Skip forward to 6 months and the sleeping is back on track (give or take the odd night) and considering Indi now has 6 teeth that’s pretty good going. My hair is still falling out as much as the cast of made in Chelsea and nappy changes have turned into a qualifier for ninja warrior. Indi has started rolling and crawling now and trying to keep her on her back to change her nappy is near on impossible. She’s also started food now so you can only imagine what is going on down there! I had an incident the other day where she had a major poonami in Aldi - right up her back, coming through her romper and soaked through to the pushchair liner. If you’ve ever experienced this don’t you just feel like screaming up to the sky.....WHY ME?!?!?! I’ve just had to:
1. Pack my shopping like a frigging octopus because the cashier thinks they win a prize for how fast they can swipe it across the scanner and how far they can launch it off the ridiculously small ‘packing area’
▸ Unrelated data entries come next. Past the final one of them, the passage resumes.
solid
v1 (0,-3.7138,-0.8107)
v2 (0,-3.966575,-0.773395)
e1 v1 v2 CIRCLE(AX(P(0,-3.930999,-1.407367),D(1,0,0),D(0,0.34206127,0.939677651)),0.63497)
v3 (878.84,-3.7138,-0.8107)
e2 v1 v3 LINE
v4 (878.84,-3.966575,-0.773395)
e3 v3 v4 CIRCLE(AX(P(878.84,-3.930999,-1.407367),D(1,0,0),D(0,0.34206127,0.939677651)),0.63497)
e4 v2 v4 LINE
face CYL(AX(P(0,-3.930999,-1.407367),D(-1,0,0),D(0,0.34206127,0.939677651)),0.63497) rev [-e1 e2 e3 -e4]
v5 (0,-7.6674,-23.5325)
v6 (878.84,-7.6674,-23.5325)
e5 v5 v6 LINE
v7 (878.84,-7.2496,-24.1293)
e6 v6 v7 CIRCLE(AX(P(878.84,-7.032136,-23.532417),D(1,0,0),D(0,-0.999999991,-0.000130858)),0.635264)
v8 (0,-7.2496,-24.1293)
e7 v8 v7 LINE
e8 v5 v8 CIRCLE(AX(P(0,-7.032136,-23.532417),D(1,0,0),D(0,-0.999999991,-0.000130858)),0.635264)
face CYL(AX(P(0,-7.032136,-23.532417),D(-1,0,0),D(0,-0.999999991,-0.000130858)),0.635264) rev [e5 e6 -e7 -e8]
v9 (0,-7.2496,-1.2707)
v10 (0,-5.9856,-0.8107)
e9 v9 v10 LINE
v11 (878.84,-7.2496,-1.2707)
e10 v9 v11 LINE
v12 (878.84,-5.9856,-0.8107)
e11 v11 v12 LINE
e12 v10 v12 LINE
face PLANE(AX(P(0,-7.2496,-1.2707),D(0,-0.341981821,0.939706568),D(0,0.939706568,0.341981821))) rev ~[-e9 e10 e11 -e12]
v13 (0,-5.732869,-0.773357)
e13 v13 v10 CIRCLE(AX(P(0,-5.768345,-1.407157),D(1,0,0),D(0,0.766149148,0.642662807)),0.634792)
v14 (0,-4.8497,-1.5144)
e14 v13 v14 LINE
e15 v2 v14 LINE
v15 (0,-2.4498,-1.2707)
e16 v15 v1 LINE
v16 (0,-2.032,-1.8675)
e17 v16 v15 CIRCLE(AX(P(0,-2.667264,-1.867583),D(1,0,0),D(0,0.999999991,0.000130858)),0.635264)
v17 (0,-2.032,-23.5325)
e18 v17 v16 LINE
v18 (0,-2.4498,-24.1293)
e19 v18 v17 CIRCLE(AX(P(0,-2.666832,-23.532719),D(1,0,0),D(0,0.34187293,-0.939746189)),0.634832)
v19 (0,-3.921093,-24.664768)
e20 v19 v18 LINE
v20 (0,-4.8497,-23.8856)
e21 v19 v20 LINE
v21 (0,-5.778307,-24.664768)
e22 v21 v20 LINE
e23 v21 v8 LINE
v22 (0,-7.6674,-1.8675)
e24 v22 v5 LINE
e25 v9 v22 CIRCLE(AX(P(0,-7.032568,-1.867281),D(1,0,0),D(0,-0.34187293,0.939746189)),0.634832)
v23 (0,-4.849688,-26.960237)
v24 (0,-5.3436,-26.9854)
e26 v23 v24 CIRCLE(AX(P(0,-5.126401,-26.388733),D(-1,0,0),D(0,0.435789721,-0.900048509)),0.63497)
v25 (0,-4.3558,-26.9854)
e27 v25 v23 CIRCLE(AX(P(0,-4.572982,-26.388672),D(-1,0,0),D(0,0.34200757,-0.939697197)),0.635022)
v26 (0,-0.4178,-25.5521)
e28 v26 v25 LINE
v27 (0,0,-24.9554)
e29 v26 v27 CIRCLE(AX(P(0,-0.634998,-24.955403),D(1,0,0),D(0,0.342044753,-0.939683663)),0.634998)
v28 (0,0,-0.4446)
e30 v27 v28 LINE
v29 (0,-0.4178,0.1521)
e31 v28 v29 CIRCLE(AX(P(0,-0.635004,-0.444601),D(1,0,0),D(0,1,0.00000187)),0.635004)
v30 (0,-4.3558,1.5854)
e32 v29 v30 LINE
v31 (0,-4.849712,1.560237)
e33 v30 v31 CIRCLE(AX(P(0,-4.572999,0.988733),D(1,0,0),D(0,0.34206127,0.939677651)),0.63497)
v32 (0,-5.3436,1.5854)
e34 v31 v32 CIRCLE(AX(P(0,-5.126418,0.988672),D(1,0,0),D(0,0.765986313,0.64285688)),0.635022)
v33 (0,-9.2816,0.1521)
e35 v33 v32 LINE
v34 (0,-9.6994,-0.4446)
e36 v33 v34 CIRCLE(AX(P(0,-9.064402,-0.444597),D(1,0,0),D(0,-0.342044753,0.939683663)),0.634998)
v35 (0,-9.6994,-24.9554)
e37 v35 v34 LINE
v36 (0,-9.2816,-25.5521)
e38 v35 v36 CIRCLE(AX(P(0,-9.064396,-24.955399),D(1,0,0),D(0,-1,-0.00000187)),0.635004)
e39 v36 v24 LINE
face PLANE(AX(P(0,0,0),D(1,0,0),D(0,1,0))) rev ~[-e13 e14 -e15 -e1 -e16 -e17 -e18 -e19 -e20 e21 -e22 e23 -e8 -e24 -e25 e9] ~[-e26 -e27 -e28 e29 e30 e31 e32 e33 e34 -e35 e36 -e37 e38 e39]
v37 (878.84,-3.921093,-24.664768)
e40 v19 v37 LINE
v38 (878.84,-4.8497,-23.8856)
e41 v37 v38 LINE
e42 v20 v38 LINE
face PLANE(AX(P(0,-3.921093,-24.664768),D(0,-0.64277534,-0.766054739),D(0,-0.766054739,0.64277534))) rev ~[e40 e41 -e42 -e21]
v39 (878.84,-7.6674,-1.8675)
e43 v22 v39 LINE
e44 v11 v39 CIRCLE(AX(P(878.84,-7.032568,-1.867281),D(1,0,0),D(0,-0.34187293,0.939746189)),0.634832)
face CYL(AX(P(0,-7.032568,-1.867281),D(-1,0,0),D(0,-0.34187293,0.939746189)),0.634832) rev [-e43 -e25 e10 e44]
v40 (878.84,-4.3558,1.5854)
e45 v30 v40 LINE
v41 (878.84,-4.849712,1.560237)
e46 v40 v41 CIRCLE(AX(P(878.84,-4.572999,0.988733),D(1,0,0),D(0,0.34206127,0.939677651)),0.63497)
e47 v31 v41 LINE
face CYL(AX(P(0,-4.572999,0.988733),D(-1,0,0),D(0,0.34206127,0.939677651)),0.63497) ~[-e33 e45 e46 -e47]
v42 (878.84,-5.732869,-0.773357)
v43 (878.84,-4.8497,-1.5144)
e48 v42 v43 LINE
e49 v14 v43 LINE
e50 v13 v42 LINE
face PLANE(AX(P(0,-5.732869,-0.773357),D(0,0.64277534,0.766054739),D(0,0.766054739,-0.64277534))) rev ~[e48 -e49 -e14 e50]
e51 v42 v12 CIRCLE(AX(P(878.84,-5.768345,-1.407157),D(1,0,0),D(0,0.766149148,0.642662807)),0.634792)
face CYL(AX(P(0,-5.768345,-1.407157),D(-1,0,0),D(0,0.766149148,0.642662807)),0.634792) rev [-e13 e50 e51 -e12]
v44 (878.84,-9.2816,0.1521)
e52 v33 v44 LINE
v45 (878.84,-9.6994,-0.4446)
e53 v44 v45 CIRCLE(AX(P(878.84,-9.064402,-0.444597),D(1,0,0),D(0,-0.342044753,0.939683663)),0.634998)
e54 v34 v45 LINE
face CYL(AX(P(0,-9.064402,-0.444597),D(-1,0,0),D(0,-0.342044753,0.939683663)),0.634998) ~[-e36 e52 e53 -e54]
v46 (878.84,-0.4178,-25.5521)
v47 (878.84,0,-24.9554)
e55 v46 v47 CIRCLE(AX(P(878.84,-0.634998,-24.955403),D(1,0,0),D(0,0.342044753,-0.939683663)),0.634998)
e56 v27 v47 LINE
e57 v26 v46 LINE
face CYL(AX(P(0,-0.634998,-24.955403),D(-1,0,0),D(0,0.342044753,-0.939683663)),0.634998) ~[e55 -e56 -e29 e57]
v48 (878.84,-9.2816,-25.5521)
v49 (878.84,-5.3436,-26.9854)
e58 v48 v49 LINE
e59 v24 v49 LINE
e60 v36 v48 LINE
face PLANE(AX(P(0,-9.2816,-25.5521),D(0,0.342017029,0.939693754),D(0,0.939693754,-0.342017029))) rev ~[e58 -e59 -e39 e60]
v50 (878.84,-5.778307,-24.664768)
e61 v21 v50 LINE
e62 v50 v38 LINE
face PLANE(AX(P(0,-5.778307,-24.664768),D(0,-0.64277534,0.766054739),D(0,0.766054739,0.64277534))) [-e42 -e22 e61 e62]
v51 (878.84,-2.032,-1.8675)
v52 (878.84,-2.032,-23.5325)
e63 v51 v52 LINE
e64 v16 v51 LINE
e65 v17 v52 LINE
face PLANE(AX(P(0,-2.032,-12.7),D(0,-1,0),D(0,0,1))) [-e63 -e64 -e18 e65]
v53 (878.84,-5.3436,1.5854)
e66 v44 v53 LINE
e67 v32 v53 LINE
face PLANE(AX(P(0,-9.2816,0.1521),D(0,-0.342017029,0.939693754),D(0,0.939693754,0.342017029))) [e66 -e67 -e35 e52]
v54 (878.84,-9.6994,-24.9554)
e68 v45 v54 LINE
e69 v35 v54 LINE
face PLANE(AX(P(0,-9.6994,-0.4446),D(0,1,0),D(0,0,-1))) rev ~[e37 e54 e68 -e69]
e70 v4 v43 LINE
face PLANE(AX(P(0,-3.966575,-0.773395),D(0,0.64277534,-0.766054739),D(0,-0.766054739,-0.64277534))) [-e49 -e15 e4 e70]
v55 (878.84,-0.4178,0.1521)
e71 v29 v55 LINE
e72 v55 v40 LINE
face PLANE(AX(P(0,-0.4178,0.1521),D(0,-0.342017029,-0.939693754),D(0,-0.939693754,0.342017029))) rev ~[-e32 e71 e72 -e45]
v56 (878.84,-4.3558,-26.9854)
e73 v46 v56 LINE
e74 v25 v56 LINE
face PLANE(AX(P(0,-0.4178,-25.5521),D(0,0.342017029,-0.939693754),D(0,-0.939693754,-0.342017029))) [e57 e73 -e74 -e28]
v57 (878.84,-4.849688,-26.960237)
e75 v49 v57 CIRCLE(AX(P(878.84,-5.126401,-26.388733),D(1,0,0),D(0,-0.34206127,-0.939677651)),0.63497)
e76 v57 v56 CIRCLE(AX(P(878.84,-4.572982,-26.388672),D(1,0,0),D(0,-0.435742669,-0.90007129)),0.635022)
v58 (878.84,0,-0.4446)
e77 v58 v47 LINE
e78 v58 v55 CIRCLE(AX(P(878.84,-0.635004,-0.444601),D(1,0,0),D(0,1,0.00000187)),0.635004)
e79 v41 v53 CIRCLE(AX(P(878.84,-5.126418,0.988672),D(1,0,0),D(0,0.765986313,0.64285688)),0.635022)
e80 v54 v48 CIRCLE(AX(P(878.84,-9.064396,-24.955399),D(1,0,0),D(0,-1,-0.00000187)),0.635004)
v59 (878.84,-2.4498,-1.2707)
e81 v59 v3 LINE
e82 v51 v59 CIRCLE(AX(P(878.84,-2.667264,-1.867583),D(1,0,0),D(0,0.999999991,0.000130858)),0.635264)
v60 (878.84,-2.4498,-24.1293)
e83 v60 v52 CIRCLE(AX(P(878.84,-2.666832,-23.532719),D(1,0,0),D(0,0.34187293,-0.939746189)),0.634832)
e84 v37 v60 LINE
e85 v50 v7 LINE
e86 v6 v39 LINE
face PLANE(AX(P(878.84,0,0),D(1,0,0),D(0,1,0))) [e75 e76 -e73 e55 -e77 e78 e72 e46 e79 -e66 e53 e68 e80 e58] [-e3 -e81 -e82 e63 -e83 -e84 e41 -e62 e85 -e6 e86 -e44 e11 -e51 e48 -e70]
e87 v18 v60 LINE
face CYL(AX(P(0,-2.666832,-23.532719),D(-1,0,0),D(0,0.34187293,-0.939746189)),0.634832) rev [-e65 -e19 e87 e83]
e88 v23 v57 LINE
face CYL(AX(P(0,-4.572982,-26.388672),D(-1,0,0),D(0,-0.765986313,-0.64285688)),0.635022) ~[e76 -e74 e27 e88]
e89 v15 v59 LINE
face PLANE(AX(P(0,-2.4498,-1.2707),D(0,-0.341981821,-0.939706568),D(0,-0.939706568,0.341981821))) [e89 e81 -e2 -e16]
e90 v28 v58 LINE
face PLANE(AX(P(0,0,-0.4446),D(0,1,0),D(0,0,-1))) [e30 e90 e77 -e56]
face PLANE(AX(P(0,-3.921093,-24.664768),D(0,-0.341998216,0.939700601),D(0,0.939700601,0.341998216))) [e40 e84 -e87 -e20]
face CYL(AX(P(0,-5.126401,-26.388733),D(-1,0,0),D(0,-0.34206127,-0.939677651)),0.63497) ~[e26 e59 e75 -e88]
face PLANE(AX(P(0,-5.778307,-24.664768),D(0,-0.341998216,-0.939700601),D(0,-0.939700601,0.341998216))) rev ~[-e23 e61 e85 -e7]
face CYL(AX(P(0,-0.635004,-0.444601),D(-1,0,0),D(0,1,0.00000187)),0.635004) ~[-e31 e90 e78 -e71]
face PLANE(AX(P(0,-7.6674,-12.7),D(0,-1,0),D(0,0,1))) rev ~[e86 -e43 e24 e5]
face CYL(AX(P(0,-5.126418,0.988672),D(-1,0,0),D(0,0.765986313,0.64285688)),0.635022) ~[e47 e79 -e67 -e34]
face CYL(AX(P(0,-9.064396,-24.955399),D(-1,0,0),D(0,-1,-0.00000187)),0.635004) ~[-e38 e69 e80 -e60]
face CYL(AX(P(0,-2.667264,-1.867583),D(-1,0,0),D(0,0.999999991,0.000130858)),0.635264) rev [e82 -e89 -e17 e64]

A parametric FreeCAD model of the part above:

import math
import FreeCAD as App
import Part
import Sketcher

V = App.Vector
Q = App.Units.Quantity

doc = App.newDocument("Part")
body = doc.addObject("PartDesign::Body", "Body")

# Sketch on YZ plane
sketch1 = doc.addObject("Sketcher::SketchObject", "Sketch")
body.addObject(sketch1)
sketch1.AttachmentSupport = (doc.YZ_Plane, [""])
sketch1.MapMode = "FlatFace"
sketch1.addGeometry([
    Part.ArcOfCircle(Part.Circle(V(-0.635, -0.4446, 0), V(0, 0, 1), 0.635), math.radians(0), math.radians(69.998392)),  # 0
    Part.LineSegment(V(-0.4178, 0.1521, 0), V(-4.3558, 1.5854, 0)),  # 1
    Part.ArcOfCircle(Part.Circle(V(-4.573, 0.9887, 0), V(0, 0, 1), 0.635001), math.radians(69.998392), math.radians(115.834135)),  # 2
    Part.ArcOfCircle(Part.Circle(V(-5.1264, 0.9887, 0), V(0, 0, 1), 0.63499), math.radians(64.167787), math.radians(110.001608)),  # 3
    Part.LineSegment(V(-5.3436, 1.5854, 0), V(-9.2816, 0.1521, 0)),  # 4
    Part.ArcOfCircle(Part.Circle(V(-9.0644, -0.4446, 0), V(0, 0, 1), 0.635001), math.radians(110.001608), math.radians(180)),  # 5
    Part.LineSegment(V(-9.6994, -0.4446, 0), V(-9.6994, -24.9554, 0)),  # 6
    Part.ArcOfCircle(Part.Circle(V(-9.0644, -24.9554, 0), V(0, 0, 1), 0.635), math.radians(180), math.radians(249.998392)),  # 7
    Part.LineSegment(V(-9.2816, -25.5521, 0), V(-5.3436, -26.9854, 0)),  # 8
    Part.ArcOfCircle(Part.Circle(V(-5.1264, -26.3887, 0), V(0, 0, 1), 0.635001), math.radians(-110.001608), math.radians(-64.165865)),  # 9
2. Carry 4 bags over from the shop to the car like a bloody donkey whilst trying to steer a pushchair - which may I add was not in a parent and child space because some wanker with a 15 year old had just nabbed the last one as I drove in (please note if you are one of the wankers that does this, you’re going to hell)
3. Work out how I’m going to get my baby in the car with the 7mm space that’s been left for me to get the door open
So why oh why does the cherry on this already shitty cake have to literally be that...shit! I pondered about what to do for a few seconds and resulted in sitting her on a bag for life in her car seat until I got to my mums. There was no way I was risking her rolling round like a ‘shit tumble dryer’ in the boot/backseat whilst I attempted to change her so the 10p plastic bag took one for the team. This is one little plastic friend that sadly will not be a friend for life, but you did what you had to do, and for that, I will be eternally grateful.
So, if you are the parent of a new born or are expecting one in the near future, make the most of not having to worry about them rolling off the changing station when you turn your back for 2 seconds to grab a nappy. Make the most of them falling asleep on your chest without them using your Mum tum as a trampoline or trying to crawl over your back and kicking you in the throat. Make the most of those midnight cuddles in bed before putting them back into their snoozepods. Make the most of your thick, luscious locks before they get sucked down the plug hole and disappear for eternity and make the most of them being teenie tiny babies because I know it’s a cliché, but they grow up so fast!!! Literally just did a little cry that Indi isn’t a teenie tiny newborn anymore - but she is a cheeky, squishy, smiley bubba that is learning new things, developing her skills and showing us different sides of her little personality everyday and for the time being, I am making the most of that.